Precise Tailoring of Charge Transport Characteristics in Zr and Hf Doped Indium Tin Oxide Thin Film Transistors

ABSTRACT Zirconium and hafnium doped indium tin oxide (ITO) thin films are fabricated via atomic layer deposition (ALD) at 200°C from trimethylindium, tetrakis(dimethylamido)tin, tetrakis(dimethylamido)zirconium, and tetrakis(diethylamido)hafnium, using water as oxidant. Grazing incidence X‐ray total scattering employing synchrotron radiation reveals a highly disordered structure with a short‐range order, exhibiting correlation lengths of up to ∼13 Å. This is also reflected in high‐resolution transmission electron microscopy, revealing an amorphous intermixed state of all constituting components.
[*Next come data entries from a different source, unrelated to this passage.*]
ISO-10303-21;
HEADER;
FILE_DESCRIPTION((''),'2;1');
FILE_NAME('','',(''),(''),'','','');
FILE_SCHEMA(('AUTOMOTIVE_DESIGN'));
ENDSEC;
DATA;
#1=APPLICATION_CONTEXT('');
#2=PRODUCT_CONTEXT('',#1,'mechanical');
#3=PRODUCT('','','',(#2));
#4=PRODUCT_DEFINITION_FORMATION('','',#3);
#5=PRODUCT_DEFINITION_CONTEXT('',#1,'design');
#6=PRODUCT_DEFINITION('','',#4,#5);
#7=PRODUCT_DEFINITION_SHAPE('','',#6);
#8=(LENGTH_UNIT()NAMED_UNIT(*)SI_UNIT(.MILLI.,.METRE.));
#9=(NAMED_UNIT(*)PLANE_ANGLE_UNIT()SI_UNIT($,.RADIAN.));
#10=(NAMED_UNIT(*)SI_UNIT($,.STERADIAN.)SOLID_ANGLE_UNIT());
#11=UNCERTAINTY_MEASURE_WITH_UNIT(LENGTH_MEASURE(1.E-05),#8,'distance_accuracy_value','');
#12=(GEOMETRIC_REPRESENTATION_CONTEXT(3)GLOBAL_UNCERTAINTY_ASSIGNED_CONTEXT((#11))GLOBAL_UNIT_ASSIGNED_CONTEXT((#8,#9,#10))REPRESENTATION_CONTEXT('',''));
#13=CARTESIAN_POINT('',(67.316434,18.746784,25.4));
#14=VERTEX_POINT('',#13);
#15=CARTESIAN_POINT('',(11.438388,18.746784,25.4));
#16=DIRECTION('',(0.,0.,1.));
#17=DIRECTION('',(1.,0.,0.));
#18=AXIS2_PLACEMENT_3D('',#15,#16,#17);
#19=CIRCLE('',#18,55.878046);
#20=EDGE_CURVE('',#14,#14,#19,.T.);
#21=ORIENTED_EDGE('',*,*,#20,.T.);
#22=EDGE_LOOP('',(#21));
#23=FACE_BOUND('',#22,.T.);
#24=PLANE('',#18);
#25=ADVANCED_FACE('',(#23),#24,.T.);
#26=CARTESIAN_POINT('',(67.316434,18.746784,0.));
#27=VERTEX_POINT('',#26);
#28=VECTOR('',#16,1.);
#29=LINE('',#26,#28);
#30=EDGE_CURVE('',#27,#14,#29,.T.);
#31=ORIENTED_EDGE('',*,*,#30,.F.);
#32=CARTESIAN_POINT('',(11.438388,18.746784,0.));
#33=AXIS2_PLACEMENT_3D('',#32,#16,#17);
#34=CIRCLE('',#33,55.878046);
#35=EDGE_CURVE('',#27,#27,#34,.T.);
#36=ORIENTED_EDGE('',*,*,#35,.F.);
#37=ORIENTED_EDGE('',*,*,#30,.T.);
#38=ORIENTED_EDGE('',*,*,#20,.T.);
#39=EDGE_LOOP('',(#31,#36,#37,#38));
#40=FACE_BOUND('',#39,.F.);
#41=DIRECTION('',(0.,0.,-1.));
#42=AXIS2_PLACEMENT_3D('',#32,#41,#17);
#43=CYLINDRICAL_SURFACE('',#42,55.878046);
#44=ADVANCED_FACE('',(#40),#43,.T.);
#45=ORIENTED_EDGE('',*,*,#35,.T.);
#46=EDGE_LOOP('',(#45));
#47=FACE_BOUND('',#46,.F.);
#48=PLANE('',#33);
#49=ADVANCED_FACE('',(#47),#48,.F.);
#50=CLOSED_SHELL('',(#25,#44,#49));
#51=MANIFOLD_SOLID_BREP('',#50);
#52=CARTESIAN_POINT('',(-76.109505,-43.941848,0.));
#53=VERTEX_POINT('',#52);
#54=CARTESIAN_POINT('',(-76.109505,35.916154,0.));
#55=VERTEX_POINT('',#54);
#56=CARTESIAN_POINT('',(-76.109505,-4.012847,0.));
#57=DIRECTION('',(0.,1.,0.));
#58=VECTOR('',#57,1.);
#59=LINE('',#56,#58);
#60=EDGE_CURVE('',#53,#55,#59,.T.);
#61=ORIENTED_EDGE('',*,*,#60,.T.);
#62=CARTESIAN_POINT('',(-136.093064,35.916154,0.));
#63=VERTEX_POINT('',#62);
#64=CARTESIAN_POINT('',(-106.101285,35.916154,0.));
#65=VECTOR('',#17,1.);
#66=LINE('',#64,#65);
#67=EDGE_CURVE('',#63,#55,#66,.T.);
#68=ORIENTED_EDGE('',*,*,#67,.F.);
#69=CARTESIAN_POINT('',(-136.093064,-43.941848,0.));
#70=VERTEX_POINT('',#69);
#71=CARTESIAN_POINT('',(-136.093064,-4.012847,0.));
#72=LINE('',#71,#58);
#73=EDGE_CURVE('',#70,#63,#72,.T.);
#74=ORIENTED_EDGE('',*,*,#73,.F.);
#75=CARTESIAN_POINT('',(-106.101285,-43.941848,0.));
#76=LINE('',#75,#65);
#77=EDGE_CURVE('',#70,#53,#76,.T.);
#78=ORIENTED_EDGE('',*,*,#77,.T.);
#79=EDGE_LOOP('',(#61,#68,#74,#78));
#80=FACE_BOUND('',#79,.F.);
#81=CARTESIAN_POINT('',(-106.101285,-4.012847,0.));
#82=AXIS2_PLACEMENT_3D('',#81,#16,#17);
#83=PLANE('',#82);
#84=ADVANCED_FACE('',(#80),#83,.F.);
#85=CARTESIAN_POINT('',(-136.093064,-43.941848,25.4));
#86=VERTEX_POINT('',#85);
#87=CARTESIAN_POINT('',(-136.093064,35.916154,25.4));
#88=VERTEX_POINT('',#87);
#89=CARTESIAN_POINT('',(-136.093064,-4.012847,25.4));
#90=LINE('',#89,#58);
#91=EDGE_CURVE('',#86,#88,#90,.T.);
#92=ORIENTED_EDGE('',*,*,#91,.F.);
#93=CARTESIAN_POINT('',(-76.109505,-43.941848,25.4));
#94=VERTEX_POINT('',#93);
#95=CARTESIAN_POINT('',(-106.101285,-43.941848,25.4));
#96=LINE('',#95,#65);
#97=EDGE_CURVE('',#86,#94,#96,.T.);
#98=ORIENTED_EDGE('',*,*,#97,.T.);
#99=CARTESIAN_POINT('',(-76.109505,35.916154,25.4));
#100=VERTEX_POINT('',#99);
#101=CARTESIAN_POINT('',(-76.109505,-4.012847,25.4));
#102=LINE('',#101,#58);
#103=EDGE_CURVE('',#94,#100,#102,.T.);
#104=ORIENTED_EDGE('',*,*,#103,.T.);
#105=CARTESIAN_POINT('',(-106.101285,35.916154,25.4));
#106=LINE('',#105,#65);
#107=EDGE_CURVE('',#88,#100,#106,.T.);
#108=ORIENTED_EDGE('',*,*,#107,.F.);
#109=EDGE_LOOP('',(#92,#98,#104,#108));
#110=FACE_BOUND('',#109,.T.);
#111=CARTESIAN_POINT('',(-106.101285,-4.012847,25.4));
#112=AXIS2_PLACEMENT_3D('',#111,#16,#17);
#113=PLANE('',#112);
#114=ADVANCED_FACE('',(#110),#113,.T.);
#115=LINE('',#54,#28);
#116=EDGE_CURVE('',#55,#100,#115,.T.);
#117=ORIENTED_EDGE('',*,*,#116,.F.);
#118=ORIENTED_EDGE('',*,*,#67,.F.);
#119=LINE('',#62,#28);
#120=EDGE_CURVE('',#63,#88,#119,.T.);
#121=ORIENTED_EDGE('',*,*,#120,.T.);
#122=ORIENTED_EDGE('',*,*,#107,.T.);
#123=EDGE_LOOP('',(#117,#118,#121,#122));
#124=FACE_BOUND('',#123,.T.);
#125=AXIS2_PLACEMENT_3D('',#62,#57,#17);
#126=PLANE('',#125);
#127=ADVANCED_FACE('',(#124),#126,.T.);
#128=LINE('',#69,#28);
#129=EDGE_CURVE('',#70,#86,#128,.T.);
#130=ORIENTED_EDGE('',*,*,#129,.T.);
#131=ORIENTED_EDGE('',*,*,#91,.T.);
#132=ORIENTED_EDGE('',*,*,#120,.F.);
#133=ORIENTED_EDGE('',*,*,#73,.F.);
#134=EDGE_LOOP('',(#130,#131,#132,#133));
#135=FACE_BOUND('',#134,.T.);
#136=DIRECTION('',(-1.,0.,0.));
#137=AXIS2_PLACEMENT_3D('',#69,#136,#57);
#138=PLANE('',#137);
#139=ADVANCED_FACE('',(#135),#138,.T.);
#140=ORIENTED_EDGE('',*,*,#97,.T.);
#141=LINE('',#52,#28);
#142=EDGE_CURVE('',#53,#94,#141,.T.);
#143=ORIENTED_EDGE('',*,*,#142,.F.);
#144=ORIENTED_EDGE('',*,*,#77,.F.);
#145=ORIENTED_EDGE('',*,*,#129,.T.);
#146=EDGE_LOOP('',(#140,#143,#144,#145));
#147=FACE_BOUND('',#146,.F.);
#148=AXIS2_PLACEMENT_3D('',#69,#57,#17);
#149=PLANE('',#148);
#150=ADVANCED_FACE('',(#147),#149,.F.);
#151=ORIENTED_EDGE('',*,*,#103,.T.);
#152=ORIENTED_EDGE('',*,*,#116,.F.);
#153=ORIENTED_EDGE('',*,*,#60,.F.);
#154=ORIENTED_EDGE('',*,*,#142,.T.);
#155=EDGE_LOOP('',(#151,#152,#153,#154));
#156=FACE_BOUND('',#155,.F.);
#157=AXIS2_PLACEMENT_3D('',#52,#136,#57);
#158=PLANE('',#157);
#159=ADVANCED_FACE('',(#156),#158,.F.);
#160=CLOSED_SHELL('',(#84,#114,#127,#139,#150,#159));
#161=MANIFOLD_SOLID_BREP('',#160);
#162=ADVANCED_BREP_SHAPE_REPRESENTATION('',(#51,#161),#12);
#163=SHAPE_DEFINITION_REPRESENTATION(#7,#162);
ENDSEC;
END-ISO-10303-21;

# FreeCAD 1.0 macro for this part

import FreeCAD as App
import Part
import Sketcher
from FreeCAD import Vector
Q = App.Units.Quantity

doc = App.newDocument("Part")
body = doc.addObject("PartDesign::Body", "Body")
body.AllowCompound = True

sketch1 = doc.addObject("Sketcher::SketchObject", "Sketch")
body.addObject(sketch1)
sketch1.AttachmentSupport = (doc.XY_Plane, [""])
sketch1.MapMode = "FlatFace"
sketch1.addGeometry([
    Part.LineSegment(Vector(-136.093064, 35.916154, 0), Vector(-136.093064, -43.941848, 0)),
    Part.LineSegment(Vector(-136.093064, -43.941848, 0), Vector(-76.109505, -43.941848, 0)),
    Part.LineSegment(Vector(-76.109505, -43.941848, 0), Vector(-76.109505, 35.916154, 0)),
    Part.LineSegment(Vector(-76.109505, 35.916154, 0), Vector(-136.093064, 35.916154, 0)),
    Part.Circle(Vector(11.438388, 18.746784, 0), Vector(0, 0, 1), 55.878046),
], False)
sketch1.addConstraint([
    Sketcher.Constraint("Coincident", 0, 2, 1, 1),
    Sketcher.Constraint("Coincident", 1, 2, 2, 1),
    Sketcher.Constraint("Coincident", 2, 2, 3, 1),
    Sketcher.Constraint("Coincident", 3, 2, 0, 1),
    Sketcher.Constraint("Vertical", 0),
    Sketcher.Constraint("Horizontal", 1),
    Sketcher.Constraint("Vertical", 2),
    Sketcher.Constraint("Horizontal", 3),
    Sketcher.Constraint("Diameter", 4, Q("111.756092 mm")),
    Sketcher.Constraint("DistanceY", 0, 2, 0, 1, Q("79.858001 mm")),
    Sketcher.Constraint("DistanceX", 1, 1, 1, 2, Q("59.983559 mm")),
    Sketcher.Constraint("DistanceY", 0, 2, 4, 3, Q("62.688631 mm")),
    Sketcher.Constraint("DistanceX", -1, 1, 4, 3, Q("11.438388 mm")),
    Sketcher.Constraint("DistanceY", -1, 1, 4, 3, Q("18.746784 mm")),
    Sketcher.Constraint("DistanceX", 0, 2, -1, 1, Q("136.093064 mm")),
])
pad1 = doc.addObject("PartDesign::Pad", "Pad")
body.addObject(pad1)
pad1.Profile = sketch1
pad1.Length = Q("1 in")

doc.recompute()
Increasing amounts of fully coordinated oxygen species with increasing amounts of dopant are evidenced by X‐ray photoelectron spectroscopy analysis and attributed to zirconium and hafnium's ability to form strong oxygen bonds, and thereby suppressing the formation of oxygen vacancies. The Zr‐ and Hf‐doped ITO thin films are integrated into thin‐film transistor (TFT) devices to evaluate their suitability as semiconducting material. The electrical measurements reveal saturation mobilities (µsat) of 1.92–9.81 cm2 V−1 s−1, with high current on/off ratios (IOn/IOff) of 106–108. This study demonstrates the subtle influence of small amounts of Zr and Hf on TFT performance. This proves the ability to control the electrical behavior of TFT devices by controlled incorporation of dopants like Zr and Hf into their active channel layer.